From   ddrukker@stata.com (David M. Drukker, Stata Corp.)
To   statalist@hsphsun2.harvard.edu
Subject   Re: st: xtabond
Date   Fri, 01 Aug 2003 11:34:54 -0500

Ki Young Park <kpark3@uchicago.edu> asked about why his attempt to estimate
a model with -xtabond- failed.

The short answer is that his call to -xtabond- specified too many
instruments.

Now for some details.

Ki noted that 

> I am currently working on panel data estimation with predetermined
> variables.  My panel data has i=50 and t=123. 

If Ki's data is balanced with no missing observations and Ki was interested
in a model with only one lag of the endogenous variable then a full
-xtabond- specification would include (123-2)*(123-1)/2 = 7381 instruments.

Since Ki specifies predetermined variables, Ki is actually asking for many
more instruments.

It is worth while to review the properties of some of the different
estimators in dynamic panel data models with predetermined variables when
the number of panels, n, goes to infinity and the number of time periods, T,
is fixed.  

        1) Standard Random- and Fixed-effects estimators are inconsistent

	2) There are simple instrumental variables estimators derived by
           Anderson and Hsiao that provide consistent but inefficient
           estimates.  One of these estimators cannot identify an
           autoregressive lag coefficient of .5, the other can.  (See
           Arellano and Bond (1991) for details.)

	3) The Arellano-Bond estimator provides consistent estimates that
           are more efficient than the Anderson-Hsiao estimators.  In
           addition, since the Arellano-Bond estimator is explicitly derived
           as a GMM estimator, the Arellano-Bond estimator has many nice
           generalizations that handle heteroskedasticity, specification
           testing, et cetera.

	4) The GMM literature, and its more recent counterpart in Generalized
           Empirical Likelihood, has shown that using too many instruments
           for a given sample size in a GMM estimator can produce
           significant finite sample bias.

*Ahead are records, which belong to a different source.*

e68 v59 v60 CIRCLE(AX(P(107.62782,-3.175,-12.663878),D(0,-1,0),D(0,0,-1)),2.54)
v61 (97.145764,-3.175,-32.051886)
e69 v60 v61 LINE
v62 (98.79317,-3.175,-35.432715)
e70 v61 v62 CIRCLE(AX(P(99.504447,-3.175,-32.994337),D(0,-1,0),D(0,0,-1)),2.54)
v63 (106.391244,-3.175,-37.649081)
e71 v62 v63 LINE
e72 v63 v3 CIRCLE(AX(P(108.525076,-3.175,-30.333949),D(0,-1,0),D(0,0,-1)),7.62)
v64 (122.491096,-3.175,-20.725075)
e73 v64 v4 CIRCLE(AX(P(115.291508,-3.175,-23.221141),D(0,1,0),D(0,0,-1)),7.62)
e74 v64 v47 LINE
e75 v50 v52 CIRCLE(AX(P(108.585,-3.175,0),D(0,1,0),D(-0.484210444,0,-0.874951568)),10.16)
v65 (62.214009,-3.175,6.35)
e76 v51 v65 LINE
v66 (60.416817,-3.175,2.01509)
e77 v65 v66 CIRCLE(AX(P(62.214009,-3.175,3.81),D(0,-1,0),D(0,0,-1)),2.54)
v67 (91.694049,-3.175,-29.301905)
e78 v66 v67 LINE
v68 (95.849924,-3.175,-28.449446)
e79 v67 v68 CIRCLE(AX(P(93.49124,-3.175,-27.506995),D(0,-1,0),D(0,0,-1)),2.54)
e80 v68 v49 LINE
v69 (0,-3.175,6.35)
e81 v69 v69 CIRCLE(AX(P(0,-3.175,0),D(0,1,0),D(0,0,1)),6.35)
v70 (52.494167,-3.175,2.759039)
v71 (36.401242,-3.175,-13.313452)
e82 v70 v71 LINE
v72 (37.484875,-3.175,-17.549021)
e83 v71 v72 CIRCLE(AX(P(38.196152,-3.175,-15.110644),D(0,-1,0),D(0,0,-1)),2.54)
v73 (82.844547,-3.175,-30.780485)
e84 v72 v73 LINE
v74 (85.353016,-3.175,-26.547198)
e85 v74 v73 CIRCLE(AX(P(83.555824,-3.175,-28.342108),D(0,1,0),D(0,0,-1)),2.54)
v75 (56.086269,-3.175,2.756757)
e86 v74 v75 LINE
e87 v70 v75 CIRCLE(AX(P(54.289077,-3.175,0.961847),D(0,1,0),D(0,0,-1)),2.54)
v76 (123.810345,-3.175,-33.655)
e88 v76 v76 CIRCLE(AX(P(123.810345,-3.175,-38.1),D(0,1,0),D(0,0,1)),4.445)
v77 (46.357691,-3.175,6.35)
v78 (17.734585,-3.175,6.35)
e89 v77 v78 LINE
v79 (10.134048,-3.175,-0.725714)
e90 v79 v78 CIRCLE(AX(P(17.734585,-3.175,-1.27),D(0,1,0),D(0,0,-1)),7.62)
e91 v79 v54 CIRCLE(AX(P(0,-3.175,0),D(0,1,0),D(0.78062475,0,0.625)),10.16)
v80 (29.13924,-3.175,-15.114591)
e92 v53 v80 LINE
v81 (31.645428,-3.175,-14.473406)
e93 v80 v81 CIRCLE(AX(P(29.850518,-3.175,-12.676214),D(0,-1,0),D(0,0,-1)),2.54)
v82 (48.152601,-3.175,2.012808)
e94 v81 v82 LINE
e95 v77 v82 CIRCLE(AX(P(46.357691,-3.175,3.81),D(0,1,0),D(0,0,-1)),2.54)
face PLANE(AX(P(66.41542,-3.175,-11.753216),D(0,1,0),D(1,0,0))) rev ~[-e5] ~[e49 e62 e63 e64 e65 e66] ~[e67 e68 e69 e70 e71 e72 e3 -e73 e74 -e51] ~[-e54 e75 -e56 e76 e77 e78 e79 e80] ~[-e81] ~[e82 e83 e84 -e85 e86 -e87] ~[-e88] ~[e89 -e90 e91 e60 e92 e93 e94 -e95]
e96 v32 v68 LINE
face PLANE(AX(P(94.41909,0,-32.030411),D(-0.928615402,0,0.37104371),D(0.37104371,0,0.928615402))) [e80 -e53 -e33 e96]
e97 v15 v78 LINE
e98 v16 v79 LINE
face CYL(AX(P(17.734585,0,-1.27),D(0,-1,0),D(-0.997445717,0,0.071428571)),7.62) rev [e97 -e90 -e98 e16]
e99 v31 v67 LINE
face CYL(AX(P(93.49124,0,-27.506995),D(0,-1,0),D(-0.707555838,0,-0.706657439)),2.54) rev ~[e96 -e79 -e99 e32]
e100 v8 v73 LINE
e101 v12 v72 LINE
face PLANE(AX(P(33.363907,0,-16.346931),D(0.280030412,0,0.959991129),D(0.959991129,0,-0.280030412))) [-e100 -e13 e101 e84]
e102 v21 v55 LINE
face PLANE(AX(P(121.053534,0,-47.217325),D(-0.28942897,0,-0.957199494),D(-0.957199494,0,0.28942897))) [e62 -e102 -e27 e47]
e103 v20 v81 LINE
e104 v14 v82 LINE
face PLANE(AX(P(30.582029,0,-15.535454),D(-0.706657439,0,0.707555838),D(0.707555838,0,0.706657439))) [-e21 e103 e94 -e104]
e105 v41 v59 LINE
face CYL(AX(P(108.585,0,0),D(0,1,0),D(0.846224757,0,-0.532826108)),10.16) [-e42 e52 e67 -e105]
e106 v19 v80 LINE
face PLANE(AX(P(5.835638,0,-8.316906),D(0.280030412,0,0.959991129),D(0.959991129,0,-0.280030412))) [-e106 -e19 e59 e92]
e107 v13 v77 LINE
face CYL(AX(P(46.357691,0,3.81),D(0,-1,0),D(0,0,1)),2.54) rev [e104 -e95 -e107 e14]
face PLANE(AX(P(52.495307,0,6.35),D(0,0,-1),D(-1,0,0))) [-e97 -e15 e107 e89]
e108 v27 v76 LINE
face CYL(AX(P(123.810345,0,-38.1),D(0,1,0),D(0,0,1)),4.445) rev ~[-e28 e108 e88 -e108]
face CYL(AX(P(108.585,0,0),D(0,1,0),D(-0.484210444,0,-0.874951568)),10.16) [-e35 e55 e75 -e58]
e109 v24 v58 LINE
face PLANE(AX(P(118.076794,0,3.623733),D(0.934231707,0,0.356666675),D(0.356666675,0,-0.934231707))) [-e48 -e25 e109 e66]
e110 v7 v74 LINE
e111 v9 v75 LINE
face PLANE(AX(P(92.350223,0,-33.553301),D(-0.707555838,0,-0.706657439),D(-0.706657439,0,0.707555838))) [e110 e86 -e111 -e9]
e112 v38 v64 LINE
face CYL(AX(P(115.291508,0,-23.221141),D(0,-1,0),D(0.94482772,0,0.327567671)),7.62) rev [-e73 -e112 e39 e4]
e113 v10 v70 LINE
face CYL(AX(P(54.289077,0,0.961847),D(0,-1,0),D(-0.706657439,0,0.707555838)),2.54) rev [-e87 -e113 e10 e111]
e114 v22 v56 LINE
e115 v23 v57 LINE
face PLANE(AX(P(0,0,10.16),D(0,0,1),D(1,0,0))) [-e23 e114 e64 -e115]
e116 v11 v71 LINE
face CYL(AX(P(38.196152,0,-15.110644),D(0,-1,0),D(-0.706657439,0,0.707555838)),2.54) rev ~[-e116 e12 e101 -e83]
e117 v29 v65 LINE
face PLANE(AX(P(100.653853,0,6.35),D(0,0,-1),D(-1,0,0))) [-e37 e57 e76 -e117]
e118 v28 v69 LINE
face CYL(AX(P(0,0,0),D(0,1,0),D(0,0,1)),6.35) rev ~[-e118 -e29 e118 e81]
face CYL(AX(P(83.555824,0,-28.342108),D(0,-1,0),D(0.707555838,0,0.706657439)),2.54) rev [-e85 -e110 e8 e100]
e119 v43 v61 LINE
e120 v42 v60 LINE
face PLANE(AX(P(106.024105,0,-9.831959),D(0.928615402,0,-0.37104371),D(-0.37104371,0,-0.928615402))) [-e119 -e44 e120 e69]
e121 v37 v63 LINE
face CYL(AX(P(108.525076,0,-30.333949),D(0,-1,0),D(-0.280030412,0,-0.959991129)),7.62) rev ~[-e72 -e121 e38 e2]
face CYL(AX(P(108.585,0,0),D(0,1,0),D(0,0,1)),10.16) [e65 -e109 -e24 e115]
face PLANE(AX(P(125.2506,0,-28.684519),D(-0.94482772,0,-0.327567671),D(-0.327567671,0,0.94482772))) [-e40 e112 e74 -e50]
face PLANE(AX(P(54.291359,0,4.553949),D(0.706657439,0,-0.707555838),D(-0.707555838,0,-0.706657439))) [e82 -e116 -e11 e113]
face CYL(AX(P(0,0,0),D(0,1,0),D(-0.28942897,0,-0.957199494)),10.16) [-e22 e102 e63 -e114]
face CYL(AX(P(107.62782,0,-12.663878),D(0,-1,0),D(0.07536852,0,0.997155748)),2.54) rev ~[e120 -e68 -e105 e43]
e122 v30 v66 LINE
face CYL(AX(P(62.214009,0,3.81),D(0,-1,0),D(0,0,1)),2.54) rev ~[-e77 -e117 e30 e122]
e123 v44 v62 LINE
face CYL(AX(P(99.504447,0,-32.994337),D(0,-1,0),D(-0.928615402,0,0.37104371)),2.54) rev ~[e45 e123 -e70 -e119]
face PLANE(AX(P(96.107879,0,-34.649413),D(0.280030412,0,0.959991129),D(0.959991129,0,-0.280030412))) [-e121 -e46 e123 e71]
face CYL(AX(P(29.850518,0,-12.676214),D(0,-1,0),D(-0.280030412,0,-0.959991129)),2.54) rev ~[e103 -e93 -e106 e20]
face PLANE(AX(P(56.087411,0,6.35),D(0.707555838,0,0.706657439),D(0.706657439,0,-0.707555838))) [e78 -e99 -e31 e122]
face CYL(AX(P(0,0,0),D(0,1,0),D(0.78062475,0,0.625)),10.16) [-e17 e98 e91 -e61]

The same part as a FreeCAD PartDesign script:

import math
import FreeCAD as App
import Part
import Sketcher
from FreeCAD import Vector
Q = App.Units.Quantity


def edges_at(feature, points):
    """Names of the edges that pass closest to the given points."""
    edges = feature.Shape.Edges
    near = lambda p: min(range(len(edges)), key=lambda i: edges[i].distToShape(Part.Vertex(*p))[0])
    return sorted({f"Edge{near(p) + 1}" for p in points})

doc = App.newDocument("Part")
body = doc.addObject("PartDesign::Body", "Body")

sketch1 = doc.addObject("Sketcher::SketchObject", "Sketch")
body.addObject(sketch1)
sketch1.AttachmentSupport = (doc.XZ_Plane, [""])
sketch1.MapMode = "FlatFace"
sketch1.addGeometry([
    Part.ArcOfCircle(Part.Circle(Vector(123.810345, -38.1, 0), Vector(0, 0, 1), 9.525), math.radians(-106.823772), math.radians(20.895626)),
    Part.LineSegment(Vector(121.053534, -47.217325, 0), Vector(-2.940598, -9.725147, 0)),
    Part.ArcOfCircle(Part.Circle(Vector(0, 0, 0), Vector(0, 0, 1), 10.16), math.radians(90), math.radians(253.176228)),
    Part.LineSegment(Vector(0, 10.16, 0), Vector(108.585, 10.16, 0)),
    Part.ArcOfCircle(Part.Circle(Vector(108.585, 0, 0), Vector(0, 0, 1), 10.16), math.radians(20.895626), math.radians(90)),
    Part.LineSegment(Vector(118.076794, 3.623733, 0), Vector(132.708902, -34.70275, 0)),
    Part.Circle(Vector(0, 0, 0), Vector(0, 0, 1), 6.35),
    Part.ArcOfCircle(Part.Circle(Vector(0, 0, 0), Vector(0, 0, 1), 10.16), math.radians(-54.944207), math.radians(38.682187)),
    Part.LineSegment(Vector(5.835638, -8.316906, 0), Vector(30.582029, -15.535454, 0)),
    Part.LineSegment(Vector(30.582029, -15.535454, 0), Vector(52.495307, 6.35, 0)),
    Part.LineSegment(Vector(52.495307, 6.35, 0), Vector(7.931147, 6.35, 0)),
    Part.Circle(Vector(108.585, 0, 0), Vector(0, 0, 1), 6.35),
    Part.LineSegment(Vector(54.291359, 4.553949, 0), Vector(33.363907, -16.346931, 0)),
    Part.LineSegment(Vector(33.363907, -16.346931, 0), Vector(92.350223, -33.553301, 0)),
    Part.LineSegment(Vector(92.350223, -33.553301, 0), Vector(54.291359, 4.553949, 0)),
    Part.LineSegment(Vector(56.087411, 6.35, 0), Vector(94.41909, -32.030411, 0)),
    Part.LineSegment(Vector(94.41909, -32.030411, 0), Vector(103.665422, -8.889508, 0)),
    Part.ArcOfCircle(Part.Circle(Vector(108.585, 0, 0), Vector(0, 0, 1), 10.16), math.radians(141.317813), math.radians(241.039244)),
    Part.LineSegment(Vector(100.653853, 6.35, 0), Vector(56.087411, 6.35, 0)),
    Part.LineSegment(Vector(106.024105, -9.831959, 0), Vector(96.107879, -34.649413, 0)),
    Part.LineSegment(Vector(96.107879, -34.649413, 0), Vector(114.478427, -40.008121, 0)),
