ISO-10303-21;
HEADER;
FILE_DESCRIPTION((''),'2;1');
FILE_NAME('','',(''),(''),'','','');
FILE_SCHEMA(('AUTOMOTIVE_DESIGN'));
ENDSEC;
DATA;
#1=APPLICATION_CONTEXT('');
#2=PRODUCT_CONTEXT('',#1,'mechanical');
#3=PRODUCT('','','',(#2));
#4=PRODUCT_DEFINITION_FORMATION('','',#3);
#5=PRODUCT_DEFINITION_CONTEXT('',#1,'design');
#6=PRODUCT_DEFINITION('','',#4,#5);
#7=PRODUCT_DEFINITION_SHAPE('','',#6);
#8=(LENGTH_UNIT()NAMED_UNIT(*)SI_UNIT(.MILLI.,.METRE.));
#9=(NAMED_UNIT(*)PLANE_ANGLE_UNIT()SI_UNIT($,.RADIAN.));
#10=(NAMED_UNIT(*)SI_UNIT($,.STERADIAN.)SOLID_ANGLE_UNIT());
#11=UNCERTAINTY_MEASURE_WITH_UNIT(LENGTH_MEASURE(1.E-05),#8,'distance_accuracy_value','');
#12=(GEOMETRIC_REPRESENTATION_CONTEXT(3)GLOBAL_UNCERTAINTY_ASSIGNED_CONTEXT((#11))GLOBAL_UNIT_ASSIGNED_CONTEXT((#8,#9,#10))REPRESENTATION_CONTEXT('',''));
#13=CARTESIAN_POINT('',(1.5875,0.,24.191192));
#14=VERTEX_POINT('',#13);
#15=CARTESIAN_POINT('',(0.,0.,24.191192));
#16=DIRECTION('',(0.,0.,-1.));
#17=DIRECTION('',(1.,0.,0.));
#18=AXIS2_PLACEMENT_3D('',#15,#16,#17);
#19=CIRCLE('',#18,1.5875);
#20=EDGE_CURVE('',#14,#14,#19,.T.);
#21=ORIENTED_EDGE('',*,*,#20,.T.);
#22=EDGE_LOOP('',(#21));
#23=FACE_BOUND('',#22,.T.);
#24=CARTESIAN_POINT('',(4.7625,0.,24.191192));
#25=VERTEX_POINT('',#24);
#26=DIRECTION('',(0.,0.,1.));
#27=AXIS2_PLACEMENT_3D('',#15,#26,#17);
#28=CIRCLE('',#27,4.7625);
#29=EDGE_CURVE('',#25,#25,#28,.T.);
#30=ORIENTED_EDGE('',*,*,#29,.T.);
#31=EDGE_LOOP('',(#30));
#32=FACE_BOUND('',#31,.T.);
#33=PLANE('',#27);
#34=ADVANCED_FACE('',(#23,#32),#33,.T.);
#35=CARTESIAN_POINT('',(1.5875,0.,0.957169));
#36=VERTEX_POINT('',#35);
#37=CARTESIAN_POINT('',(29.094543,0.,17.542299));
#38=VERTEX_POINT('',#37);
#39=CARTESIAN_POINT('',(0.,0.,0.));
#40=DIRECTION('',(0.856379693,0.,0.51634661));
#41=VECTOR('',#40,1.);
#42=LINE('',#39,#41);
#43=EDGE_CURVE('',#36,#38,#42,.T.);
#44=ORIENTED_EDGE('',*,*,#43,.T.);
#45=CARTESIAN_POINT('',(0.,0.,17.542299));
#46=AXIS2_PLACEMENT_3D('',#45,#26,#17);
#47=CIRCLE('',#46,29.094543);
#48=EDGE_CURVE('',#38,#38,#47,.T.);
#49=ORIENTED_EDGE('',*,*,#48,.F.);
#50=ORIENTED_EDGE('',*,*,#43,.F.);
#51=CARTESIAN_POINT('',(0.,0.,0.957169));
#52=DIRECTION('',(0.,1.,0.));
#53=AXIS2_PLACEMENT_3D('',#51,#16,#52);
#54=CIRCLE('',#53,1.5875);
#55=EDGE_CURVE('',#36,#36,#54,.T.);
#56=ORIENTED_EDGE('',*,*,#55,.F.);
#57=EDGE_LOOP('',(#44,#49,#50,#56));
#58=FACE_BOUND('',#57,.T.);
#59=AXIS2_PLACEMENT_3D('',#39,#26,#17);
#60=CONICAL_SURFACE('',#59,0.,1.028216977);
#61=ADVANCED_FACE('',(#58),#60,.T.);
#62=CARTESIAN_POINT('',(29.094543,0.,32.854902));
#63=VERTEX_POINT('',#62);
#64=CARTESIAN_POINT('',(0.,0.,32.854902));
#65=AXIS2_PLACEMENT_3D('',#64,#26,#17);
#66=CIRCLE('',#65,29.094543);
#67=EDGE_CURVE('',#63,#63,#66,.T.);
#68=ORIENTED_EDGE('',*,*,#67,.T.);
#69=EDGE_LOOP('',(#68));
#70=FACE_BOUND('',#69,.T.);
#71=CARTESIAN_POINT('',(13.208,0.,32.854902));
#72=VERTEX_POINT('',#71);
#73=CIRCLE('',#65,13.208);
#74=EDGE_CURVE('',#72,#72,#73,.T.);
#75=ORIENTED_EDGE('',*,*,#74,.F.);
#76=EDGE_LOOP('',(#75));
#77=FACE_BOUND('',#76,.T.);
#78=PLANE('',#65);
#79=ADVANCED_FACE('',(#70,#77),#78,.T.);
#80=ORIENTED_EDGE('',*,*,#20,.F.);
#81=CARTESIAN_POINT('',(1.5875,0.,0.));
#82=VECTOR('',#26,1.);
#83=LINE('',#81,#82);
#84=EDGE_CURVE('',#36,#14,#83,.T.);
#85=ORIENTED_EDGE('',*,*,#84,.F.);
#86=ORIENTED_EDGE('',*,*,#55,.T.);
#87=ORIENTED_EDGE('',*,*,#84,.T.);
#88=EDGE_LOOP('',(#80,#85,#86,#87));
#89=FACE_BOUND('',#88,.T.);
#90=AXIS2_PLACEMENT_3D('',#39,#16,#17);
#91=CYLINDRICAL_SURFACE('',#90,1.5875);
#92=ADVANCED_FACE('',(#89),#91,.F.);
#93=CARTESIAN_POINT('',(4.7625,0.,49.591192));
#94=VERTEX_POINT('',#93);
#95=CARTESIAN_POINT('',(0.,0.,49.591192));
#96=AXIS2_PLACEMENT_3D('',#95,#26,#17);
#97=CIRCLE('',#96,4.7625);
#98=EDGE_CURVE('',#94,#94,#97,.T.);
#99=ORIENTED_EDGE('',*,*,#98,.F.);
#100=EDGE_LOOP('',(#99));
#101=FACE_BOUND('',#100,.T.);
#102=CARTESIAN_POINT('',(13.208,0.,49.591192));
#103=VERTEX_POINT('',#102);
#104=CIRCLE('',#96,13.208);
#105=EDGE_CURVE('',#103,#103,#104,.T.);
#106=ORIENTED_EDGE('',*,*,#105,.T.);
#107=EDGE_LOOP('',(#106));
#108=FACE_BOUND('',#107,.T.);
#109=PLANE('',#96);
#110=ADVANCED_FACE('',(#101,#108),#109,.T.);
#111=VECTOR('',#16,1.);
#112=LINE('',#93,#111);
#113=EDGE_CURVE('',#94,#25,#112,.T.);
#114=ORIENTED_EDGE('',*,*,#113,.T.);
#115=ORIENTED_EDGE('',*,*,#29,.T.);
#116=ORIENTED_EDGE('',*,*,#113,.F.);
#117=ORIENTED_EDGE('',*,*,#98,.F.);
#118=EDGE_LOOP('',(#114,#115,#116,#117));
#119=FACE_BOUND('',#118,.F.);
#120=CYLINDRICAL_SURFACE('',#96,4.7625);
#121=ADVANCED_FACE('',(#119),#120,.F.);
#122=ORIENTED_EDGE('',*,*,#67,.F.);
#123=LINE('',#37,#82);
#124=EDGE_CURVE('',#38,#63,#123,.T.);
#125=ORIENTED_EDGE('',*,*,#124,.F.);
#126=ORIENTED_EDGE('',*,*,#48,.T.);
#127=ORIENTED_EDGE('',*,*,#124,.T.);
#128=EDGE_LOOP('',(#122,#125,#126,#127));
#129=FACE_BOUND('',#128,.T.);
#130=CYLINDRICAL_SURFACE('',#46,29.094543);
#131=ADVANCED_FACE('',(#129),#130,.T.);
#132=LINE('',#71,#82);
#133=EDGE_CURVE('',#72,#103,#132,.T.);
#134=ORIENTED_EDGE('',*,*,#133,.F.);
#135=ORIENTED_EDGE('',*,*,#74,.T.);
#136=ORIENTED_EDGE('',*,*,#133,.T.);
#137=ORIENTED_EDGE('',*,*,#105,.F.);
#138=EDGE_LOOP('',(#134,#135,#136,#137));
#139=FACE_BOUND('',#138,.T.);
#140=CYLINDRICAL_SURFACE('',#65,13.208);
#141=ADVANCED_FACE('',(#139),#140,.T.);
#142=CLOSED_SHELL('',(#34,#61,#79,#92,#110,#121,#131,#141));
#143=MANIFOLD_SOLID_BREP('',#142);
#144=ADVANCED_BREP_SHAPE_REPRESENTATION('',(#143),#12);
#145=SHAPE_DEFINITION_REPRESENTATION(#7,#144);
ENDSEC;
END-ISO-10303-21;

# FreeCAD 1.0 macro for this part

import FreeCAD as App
import Part
import Sketcher

V = App.Vector
Q = App.Units.Quantity


def add_polygon(sketch, points):
    """Adds a closed chain of lines whose ends are joined by coincident constraints."""
    first, n = sketch.GeometryCount, len(points)
    for a, b in zip(points, points[1:] + points[:1]):
        sketch.addGeometry(Part.LineSegment(App.Vector(*a, 0), App.Vector(*b, 0)), False)
    for i in range(n):
        sketch.addConstraint(Sketcher.Constraint("Coincident", first + i, 2, first + (i + 1) % n, 1))

doc = App.newDocument("Part")
body = doc.addObject("PartDesign::Body", "Body")

# Sketch on XZ plane
sketch1 = doc.addObject("Sketcher::SketchObject", "Sketch")
body.addObject(sketch1)
sketch1.AttachmentSupport = (doc.XZ_Plane, [""])
sketch1.MapMode = "FlatFace"
add_polygon(sketch1, [(0, 49.591192), (0, 0), (29.094543, 17.542299), (29.094543, 32.854902), (13.208, 32.854902), (13.208, 49.591192)])  # lines 0-5
sketch1.addConstraint(Sketcher.Constraint("Vertical", 0))
sketch1.addConstraint(Sketcher.Constraint("Vertical", 2))
sketch1.addConstraint(Sketcher.Constraint("Horizontal", 3))
sketch1.addConstraint(Sketcher.Constraint("Vertical", 4))
sketch1.addConstraint(Sketcher.Constraint("Horizontal", 5))
sketch1.addConstraint(Sketcher.Constraint("Coincident", 0, 2, -1, 1))
sketch1.addConstraint(Sketcher.Constraint("DistanceX", 5, 2, 5, 1, Q("0.52 in")))
sketch1.addConstraint(Sketcher.Constraint("DistanceY", -1, 1, 2, 2, Q("1.2935001 in")))
sketch1.addConstraint(Sketcher.Constraint("DistanceY", 4, 1, 4, 2, 16.73629))
sketch1.addConstraint(Sketcher.Constraint("DistanceY", -1, 1, 1, 2, 17.542299))
sketch1.addConstraint(Sketcher.Constraint("DistanceX", 3, 2, 3, 1, 15.886543))
revolution = doc.addObject("PartDesign::Revolution", "Revolution")
body.addObject(revolution)
revolution.Profile = sketch1
revolution.ReferenceAxis = (sketch1, ["V_Axis"])
revolution.Angle = 360

# Sketch on XY plane
sketch2 = doc.addObject("Sketcher::SketchObject", "Sketch001")
body.addObject(sketch2)
sketch2.AttachmentSupport = (doc.XY_Plane, [""])
sketch2.MapMode = "FlatFace"
sketch2.AttachmentOffset = App.Placement(V(0, 0, 49.591192), App.Rotation())
sketch2.addGeometry(Part.Circle(V(0, 0, 0), V(0, 0, 1), 4.7625), False)
sketch2.addConstraint(Sketcher.Constraint("Coincident", 0, 3, -1, 1))
sketch2.addConstraint(Sketcher.Constraint("Diameter", 0, Q("0.375 in")))
pocket1 = doc.addObject("PartDesign::Pocket", "Pocket")
body.addObject(pocket1)
pocket1.Profile = sketch2
pocket1.Length = Q("1 in")

# Sketch on XY plane
sketch3 = doc.addObject("Sketcher::SketchObject", "Sketch002")
body.addObject(sketch3)
sketch3.AttachmentSupport = (doc.XY_Plane, [""])
sketch3.MapMode = "FlatFace"
sketch3.addGeometry(Part.Circle(V(0, 0, 0), V(0, 0, 1), 1.5875), False)
sketch3.addConstraint(Sketcher.Constraint("Coincident", 0, 3, -1, 1))
sketch3.addConstraint(Sketcher.Constraint("Diameter", 0, Q("0.125 in")))
pocket2 = doc.addObject("PartDesign::Pocket", "Pocket001")
body.addObject(pocket2)
pocket2.Profile = sketch3
pocket2.Length = Q("1 in")
pocket2.Reversed = True

doc.recompute()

The properties of the above estimators are derived under the assumptions
that n -> infinity and that T is fixed.  Since Ki's data has n = 50
and T = 123, it is not clear that Ki would want to choose an estimator based
on n -> infinity and T fixed asymptotics.  

While -xtabond- should exit more quickly, when asked to estimate models with
too many instruments, it is not clear that Ki actually wants to use -xtabond-.

Ki can restrict the number of lags of the dependent variable that -xtabond-
uses to create instruments by specifying the -maxlags()- option and
similarly for the number of lags of the predetermined variables in the -pre(
varlist, lagstruct(prelags, premaxlags)- option.  However, even setting
maxlag(1) will specify more instruments than is likely desirable.  The
reason is that you can still create a lot of instruments from that first lag
of the dependent variable.

Ki may want to use a simpler Anderson-Hsiao estimator estimator using
-xtivreg-.  With T so large, Ki is probably better off carefully specifying
the instruments by hand than letting any Arellano-Bond estimator pick them
up automatically.

-- David
   ddrukker@stata.com


References

Arellano, M. and Bond, S. 1991. ``Some Tests for Specification for Panel Data:
Monte Carlo Evidence and an Application to Employment Equations".  The Review
of Economic Studies, 58(2), pages 277-297.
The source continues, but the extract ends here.